白玉鐲子的光澤,是那樣的純粹、乾淨、美麗。
就如一捧清水,立時令她混沌迷亂的一顆心,如醍醐灌頂一般,清醒過來。
她在做什麼?
一種罪惡感,深深地湧上心頭。
明明告誡過自己無數次,絕對不能重蹈前世的覆轍,要和夫君留下來的玉鐲廝守一生,絕對不要再嫁……
可還是被他誘惑到了。
宋青衣深深地吸了一口氣,不斷地在心中告訴自己,動什麼,都不能動心。
眼前這個男人,不是她能夠肖想的。
她這一世僅求平安的活下去,不求情愛。
這麼想著,宋青衣便是閉了閉眼睛,再睜開,眼神清明又疏冷,語氣裡透著一股堅決:“大伯哥,你放了我吧,我答應過娘,一輩子都守著夫君過的,彆的,我絕對不會多想,而且我也跟你說過許多次了,夫君對我來說,是最重要的人,我不會再喜歡上彆的人了。倘若那位柳小姐試過了,她沒有什麼問題,又是你舊部的女兒,從十歲時心裡就有你了,那我覺得,也許你跟她試著相處下去,乃至廝守一生也是一件圓滿的好事……”
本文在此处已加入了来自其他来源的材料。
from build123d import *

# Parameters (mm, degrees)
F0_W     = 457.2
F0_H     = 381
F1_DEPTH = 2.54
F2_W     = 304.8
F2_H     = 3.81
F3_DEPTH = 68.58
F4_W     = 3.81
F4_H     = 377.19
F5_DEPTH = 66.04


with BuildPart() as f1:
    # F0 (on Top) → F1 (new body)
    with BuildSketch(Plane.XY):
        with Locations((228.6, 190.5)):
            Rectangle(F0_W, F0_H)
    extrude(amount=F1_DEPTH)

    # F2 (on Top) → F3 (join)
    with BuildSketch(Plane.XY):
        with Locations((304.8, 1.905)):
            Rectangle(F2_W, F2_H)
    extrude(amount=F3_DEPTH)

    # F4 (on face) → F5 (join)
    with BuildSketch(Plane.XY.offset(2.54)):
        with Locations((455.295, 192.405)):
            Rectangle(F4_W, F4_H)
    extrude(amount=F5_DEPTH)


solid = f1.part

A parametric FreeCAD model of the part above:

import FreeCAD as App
import Part
import Sketcher

V = App.Vector
Q = App.Units.Quantity


def add_polygon(sketch, points):
    """Adds a closed chain of lines whose ends are joined by coincident constraints."""
    first, n = sketch.GeometryCount, len(points)
    for a, b in zip(points, points[1:] + points[:1]):
        sketch.addGeometry(Part.LineSegment(App.Vector(*a, 0), App.Vector(*b, 0)), False)
    for i in range(n):
        sketch.addConstraint(Sketcher.Constraint("Coincident", first + i, 2, first + (i + 1) % n, 1))

doc = App.newDocument("Part")
body = doc.addObject("PartDesign::Body", "Body")

sketch1 = body.newObject("Sketcher::SketchObject", "Sketch")
sketch1.AttachmentSupport = (doc.getObject("XY_Plane"), [""])
sketch1.MapMode = "FlatFace"
add_polygon(sketch1, [(0, 381), (0, 0), (457, 0), (457, 381)])
sketch1.addConstraint([
    Sketcher.Constraint("Vertical", 0),
    Sketcher.Constraint("Horizontal", 1),
    Sketcher.Constraint("Vertical", 2),
    Sketcher.Constraint("Horizontal", 3),
    Sketcher.Constraint("Coincident", 0, 2, -1, 1),
    Sketcher.Constraint("DistanceX", 1, 1, 1, 2, Q("18 in")),
    Sketcher.Constraint("DistanceY", 0, 2, 0, 1, Q("15 in")),
])
pad1 = body.newObject("PartDesign::Pad", "Pad")
pad1.Profile = sketch1
pad1.Length = Q("0.1 in")

sketch2 = body.newObject("Sketcher::SketchObject", "Sketch001")
sketch2.AttachmentSupport = (doc.getObject("XY_Plane"), [""])
sketch2.MapMode = "FlatFace"
add_polygon(sketch2, [(152.4, 3.8), (152.4, 0), (457.2, 0), (457.2, 3.8)])
sketch2.addConstraint([
    Sketcher.Constraint("Vertical", 0),
    Sketcher.Constraint("Horizontal", 1),
    Sketcher.Constraint("Vertical", 2),
    Sketcher.Constraint("Horizontal", 3),
    Sketcher.Constraint("PointOnObject", 0, 2, -1),
    Sketcher.Constraint("DistanceX", 1, 1, 1, 2, Q("12 in")),
    Sketcher.Constraint("DistanceX", -1, 1, 0, 2, Q("6 in")),
    Sketcher.Constraint("DistanceY", 0, 2, 0, 1, Q("0.15 in")),
])
pad2 = body.newObject("PartDesign::Pad", "Pad001")
pad2.Profile = sketch2
pad2.Length = Q("2.7 in")

sketch3 = body.newObject("Sketcher::SketchObject", "Sketch002")
sketch3.AttachmentSupport = (doc.getObject("XY_Plane"), [""])
sketch3.MapMode = "FlatFace"
sketch3.AttachmentOffset = App.Placement(V(0, 0, 0.1 * 25.4), App.Rotation())
add_polygon(sketch3, [(453.4, 381), (453.4, 3.8), (457.2, 3.8), (457.2, 381)])
sketch3.addConstraint([
    Sketcher.Constraint("Vertical", 0),
    Sketcher.Constraint("Horizontal", 1),
    Sketcher.Constraint("Vertical", 2),
    Sketcher.Constraint("Horizontal", 3),
    Sketcher.Constraint("DistanceX", -1, 1, 1, 2, Q("18 in")),
    Sketcher.Constraint("DistanceY", -1, 1, 2, 2, Q("15 in")),
    Sketcher.Constraint("DistanceX", 1, 1, 1, 2, Q("0.15 in")),
    Sketcher.Constraint("DistanceY", 0, 2, 0, 1, Q("14.85 in")),
])
pad3 = body.newObject("PartDesign::Pad", "Pad002")
pad3.Profile = sketch3
pad3.Length = Q("2.6 in")

doc.recompute()
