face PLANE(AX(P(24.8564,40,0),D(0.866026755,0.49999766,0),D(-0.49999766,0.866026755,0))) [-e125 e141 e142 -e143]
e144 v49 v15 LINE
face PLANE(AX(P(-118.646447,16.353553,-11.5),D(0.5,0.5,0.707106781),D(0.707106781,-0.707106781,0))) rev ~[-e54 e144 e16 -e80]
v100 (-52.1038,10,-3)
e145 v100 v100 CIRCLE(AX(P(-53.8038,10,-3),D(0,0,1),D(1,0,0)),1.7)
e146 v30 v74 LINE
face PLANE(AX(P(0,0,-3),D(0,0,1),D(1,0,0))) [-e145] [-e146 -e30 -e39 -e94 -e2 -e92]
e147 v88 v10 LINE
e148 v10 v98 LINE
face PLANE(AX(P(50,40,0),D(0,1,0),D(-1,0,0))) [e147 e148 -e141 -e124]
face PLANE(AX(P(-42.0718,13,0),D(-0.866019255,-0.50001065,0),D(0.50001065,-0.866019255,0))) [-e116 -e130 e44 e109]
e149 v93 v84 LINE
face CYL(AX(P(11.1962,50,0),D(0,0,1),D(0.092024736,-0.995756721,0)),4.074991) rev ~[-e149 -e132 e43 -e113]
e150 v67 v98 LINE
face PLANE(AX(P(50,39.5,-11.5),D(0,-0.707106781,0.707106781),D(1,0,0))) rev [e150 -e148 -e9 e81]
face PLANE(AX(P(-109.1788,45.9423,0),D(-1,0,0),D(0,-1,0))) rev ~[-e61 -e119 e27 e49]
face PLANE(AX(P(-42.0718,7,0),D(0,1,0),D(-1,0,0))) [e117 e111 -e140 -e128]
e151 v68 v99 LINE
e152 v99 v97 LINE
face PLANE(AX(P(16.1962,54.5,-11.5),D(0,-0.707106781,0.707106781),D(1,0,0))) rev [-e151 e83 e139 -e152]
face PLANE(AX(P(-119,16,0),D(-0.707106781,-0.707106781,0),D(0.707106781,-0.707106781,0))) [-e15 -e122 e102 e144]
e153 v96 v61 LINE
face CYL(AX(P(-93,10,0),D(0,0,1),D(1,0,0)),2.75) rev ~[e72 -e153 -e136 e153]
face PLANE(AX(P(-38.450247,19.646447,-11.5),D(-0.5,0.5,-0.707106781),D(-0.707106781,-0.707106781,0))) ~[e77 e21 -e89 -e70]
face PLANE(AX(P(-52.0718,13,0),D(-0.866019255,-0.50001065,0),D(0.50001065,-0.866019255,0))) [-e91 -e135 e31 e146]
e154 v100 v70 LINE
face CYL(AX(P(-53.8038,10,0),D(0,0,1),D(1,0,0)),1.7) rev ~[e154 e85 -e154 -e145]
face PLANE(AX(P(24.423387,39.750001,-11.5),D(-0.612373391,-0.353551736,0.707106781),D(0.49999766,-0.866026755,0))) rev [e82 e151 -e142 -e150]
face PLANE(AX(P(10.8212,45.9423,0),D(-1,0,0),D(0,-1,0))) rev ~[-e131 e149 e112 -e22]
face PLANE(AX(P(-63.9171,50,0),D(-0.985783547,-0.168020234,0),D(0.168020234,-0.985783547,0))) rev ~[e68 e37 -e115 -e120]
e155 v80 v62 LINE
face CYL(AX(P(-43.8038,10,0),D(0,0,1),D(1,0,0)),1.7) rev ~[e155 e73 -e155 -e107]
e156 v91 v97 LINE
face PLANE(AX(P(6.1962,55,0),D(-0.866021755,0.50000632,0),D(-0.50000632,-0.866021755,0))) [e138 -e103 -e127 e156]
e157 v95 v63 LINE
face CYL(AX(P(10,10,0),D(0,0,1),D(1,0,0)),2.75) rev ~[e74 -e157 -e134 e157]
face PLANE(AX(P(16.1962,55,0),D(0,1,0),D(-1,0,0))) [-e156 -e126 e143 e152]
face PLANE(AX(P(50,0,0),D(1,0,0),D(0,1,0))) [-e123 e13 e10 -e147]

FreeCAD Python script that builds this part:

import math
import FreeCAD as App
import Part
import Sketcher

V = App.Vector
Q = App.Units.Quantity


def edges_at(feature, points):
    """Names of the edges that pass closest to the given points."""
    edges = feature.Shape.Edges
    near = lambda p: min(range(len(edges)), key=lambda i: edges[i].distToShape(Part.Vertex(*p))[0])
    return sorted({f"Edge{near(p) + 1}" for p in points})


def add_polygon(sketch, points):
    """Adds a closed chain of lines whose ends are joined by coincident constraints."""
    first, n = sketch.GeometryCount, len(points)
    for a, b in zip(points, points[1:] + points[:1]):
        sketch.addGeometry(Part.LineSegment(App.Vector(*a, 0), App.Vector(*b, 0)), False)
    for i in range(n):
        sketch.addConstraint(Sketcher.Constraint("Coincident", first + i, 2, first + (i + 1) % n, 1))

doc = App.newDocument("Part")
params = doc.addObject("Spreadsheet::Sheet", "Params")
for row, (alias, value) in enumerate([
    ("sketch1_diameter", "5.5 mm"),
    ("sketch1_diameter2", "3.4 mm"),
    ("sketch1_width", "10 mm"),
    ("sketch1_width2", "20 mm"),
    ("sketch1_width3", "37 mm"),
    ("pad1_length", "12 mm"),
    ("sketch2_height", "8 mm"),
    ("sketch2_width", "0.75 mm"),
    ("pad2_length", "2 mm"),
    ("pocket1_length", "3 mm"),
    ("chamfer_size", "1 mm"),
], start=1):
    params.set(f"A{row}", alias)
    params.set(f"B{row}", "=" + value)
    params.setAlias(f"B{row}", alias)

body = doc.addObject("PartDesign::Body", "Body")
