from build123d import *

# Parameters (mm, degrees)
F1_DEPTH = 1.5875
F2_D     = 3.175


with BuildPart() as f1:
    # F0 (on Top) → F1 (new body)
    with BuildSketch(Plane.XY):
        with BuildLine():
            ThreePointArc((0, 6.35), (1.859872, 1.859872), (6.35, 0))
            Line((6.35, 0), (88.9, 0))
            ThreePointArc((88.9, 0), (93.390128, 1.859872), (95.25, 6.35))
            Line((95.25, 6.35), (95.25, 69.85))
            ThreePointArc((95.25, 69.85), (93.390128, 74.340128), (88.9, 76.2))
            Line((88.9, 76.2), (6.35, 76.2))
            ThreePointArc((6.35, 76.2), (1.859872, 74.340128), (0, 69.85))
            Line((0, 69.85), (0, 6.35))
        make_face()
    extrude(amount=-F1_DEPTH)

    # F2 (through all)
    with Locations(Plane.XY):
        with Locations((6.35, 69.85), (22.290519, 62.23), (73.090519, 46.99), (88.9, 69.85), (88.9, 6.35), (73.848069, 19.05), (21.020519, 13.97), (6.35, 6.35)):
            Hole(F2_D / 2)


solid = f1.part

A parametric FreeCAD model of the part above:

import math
import FreeCAD as App
import Part
import Sketcher

V = App.Vector
Q = App.Units.Quantity

doc = App.newDocument("Part")
body = doc.addObject("PartDesign::Body", "Body")

# Sketch on XY plane
sketch1 = doc.addObject("Sketcher::SketchObject", "Sketch")
body.addObject(sketch1)
sketch1.AttachmentSupport = (doc.XY_Plane, [""])
sketch1.MapMode = "FlatFace"
sketch1.addGeometry([
    Part.ArcOfCircle(Part.Circle(V(6, 6, 0), V(0, 0, 1), 6), math.radians(-180), math.radians(-90)),  # 0
    Part.LineSegment(V(6, 0, 0), V(89, 0, 0)),  # 1
    Part.ArcOfCircle(Part.Circle(V(89, 6, 0), V(0, 0, 1), 6), math.radians(-90), math.radians(0)),  # 2
    Part.LineSegment(V(95, 6, 0), V(95, 70, 0)),  # 3
    Part.ArcOfCircle(Part.Circle(V(89, 70, 0), V(0, 0, 1), 6), math.radians(0), math.radians(90)),  # 4
    Part.LineSegment(V(89, 76, 0), V(6, 76, 0)),  # 5
    Part.ArcOfCircle(Part.Circle(V(6, 70, 0), V(0, 0, 1), 6), math.radians(90), math.radians(180)),  # 6
    Part.LineSegment(V(0, 70, 0), V(0, 6, 0)),  # 7
], False)
sketch1.addConstraint([
    Sketcher.Constraint("Tangent", 0, 2, 1, 1),
    Sketcher.Constraint("Tangent", 1, 2, 2, 1),
    Sketcher.Constraint("Tangent", 2, 2, 3, 1),
    Sketcher.Constraint("Tangent", 3, 2, 4, 1),
    Sketcher.Constraint("Tangent", 4, 2, 5, 1),
    Sketcher.Constraint("Tangent", 5, 2, 6, 1),
    Sketcher.Constraint("Tangent", 6, 2, 7, 1),
    Sketcher.Constraint("Tangent", 7, 2, 0, 1),
    Sketcher.Constraint("Horizontal", 1),
    Sketcher.Constraint("Vertical", 3),
    Sketcher.Constraint("Horizontal", 5),
    Sketcher.Constraint("Vertical", 7),
    Sketcher.Constraint("Equal", 0, 2),
    Sketcher.Constraint("Equal", 2, 4),
    Sketcher.Constraint("Equal", 4, 6),
    Sketcher.Constraint("PointOnObject", 0, 2, -1),
    Sketcher.Constraint("PointOnObject", 6, 2, -2),
    Sketcher.Constraint("Radius", 0, Q("0.25 in")),
    Sketcher.Constraint("DistanceY", 3, 1, 3, 2, Q("2.5 in")),
    Sketcher.Constraint("DistanceX", 1, 1, 1, 2, Q("3.25 in")),
])
pad1 = doc.addObject("PartDesign::Pad", "Pad")
body.addObject(pad1)
pad1.Profile = sketch1
pad1.Length = Q("0.0625 in")
pad1.Reversed = True

# Sketch on XY plane
sketch2 = doc.addObject("Sketcher::SketchObject", "Sketch001")
body.addObject(sketch2)
sketch2.AttachmentSupport = (doc.XY_Plane, [""])
sketch2.MapMode = "FlatFace"
sketch2.addGeometry([
    Part.Circle(V(6.3, 69.8, 0), V(0, 0, 1), 1.6),  # 0
    Part.Circle(V(22.3, 62.2, 0), V(0, 0, 1), 1.6),  # 1
    Part.Circle(V(73.1, 47, 0), V(0, 0, 1), 1.6),  # 2
    Part.Circle(V(88.9, 69.8, 0), V(0, 0, 1), 1.6),  # 3
    Part.Circle(V(88.9, 6.3, 0), V(0, 0, 1), 1.6),  # 4
    Part.Circle(V(73.8, 19.1, 0), V(0, 0, 1), 1.6),  # 5
    Part.Circle(V(21, 14, 0), V(0, 0, 1), 1.6),  # 6
    Part.Circle(V(6.3, 6.3, 0), V(0, 0, 1), 1.6),  # 7
], False)
sketch2.addConstraint([
    Sketcher.Constraint("Equal", 0, 1),
    Sketcher.Constraint("Equal", 1, 2),
    Sketcher.Constraint("Equal", 2, 3),
    Sketcher.Constraint("Equal", 3, 4),
    Sketcher.Constraint("Equal", 4, 5),
    Sketcher.Constraint("Equal", 5, 6),
    Sketcher.Constraint("Equal", 6, 7),
    Sketcher.Constraint("Horizontal", 0, 3, 3, 3),
    Sketcher.Constraint("Horizontal", 4, 3, 7, 3),
    Sketcher.Constraint("Vertical", 3, 3, 4, 3),
    Sketcher.Constraint("Vertical", 0, 3, 7, 3),
    Sketcher.Constraint("Diameter", 0, Q("0.125 in")),
    Sketcher.Constraint("DistanceX", 1, 3, 2, 3, Q("2 in")),
    Sketcher.Constraint("DistanceY", 5, 3, 3, 3, Q("2 in")),
    Sketcher.Constraint("DistanceX", -1, 1, 3, 3, Q("3.5 in")),
    Sketcher.Constraint("DistanceY", 1, 3, 0, 3, Q("0.3 in")),
    Sketcher.Constraint("DistanceY", 2, 3, 1, 3, Q("0.6 in")),
    Sketcher.Constraint("DistanceY", 4, 3, 2, 3, Q("1.6 in")),
    Sketcher.Constraint("DistanceY", 6, 3, 1, 3, Q("1.9 in")),
    Sketcher.Constraint("DistanceX", -1, 1, 0, 3, Q("0.25 in")),
    Sketcher.Constraint("DistanceY", -1, 1, 0, 3, Q("2.75 in")),
    Sketcher.Constraint("DistanceX", 6, 3, 1, 3, Q("0.05 in")),
    Sketcher.Constraint("DistanceX", -1, 1, 1, 3, 22.290519),
    Sketcher.Constraint("DistanceX", -1, 1, 5, 3, 73.848069),
])
doc.recompute()
hole = doc.addObject("PartDesign::Hole", "Hole")
body.addObject(hole)
hole.Profile = sketch2
hole.ThreadType = "None"
hole.Diameter = Q("0.125 in")
hole.DepthType = "ThroughAll"

doc.recompute()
她這一番話說出來,對蘇漸聞來說,無疑是一盆兜頭的冷水潑下來。
明明能夠感受到,她的態度在自己麵前,在不斷地軟話。
他甚至很有把握,今晚讓她說出真話。
可沒想到……
蘇漸聞一時又是沮喪,又是氣惱。
看來,他在她心中,也不過如此,隻是一個可以隨時放棄的人,還比不過一個相處不過短短幾日,就過世好幾年的弟弟。
他能夠理解,也許弟弟漸離在她過去灰暗的生命中,為她帶來了僅有的溫暖。
可是,難道她要就這麼抱著那麼一點餘溫活下去?
為什麼就不能試著接受他呢?
他從未想過將弟弟在她心中驅趕走,隻是想也擠進去,占據一點位置罷了,怎麼就這麼難?
在她的心裡,他不重要到可以隨隨便便讓給一個有極大可能居心叵測的女人,蘇漸聞越想越氣,一張剛剛還帶著溫柔笑容的俊臉,此時完全的就是冷了下來。
他終於是鬆開了宋青衣的手,語氣透著冰霜,沁著寒意:“既然你心裡是這樣想的,那我也無話可說。多謝你替我操心,我會嘗試著跟這位柳小姐相處一下,畢竟人家的確看起來溫婉美麗,完全不比你差。”
這樣放手的話,終於從他口中說出。
宋青衣被鬆開的那隻手,手腕上,剛剛他留下的餘溫,很快就一點一點的冷卻掉,隻留下一隻純白的玉鐲,孤零零的掛在腕子上。
她終於聽到了這樣的話,可是,心裡卻又一時如被冰刃刺入一般。
痛著,並難以呼吸。
這不就是你想要聽的話嗎?還在癡戀什麼?
宋青衣輕輕地在心間,無聲的詢問著自己。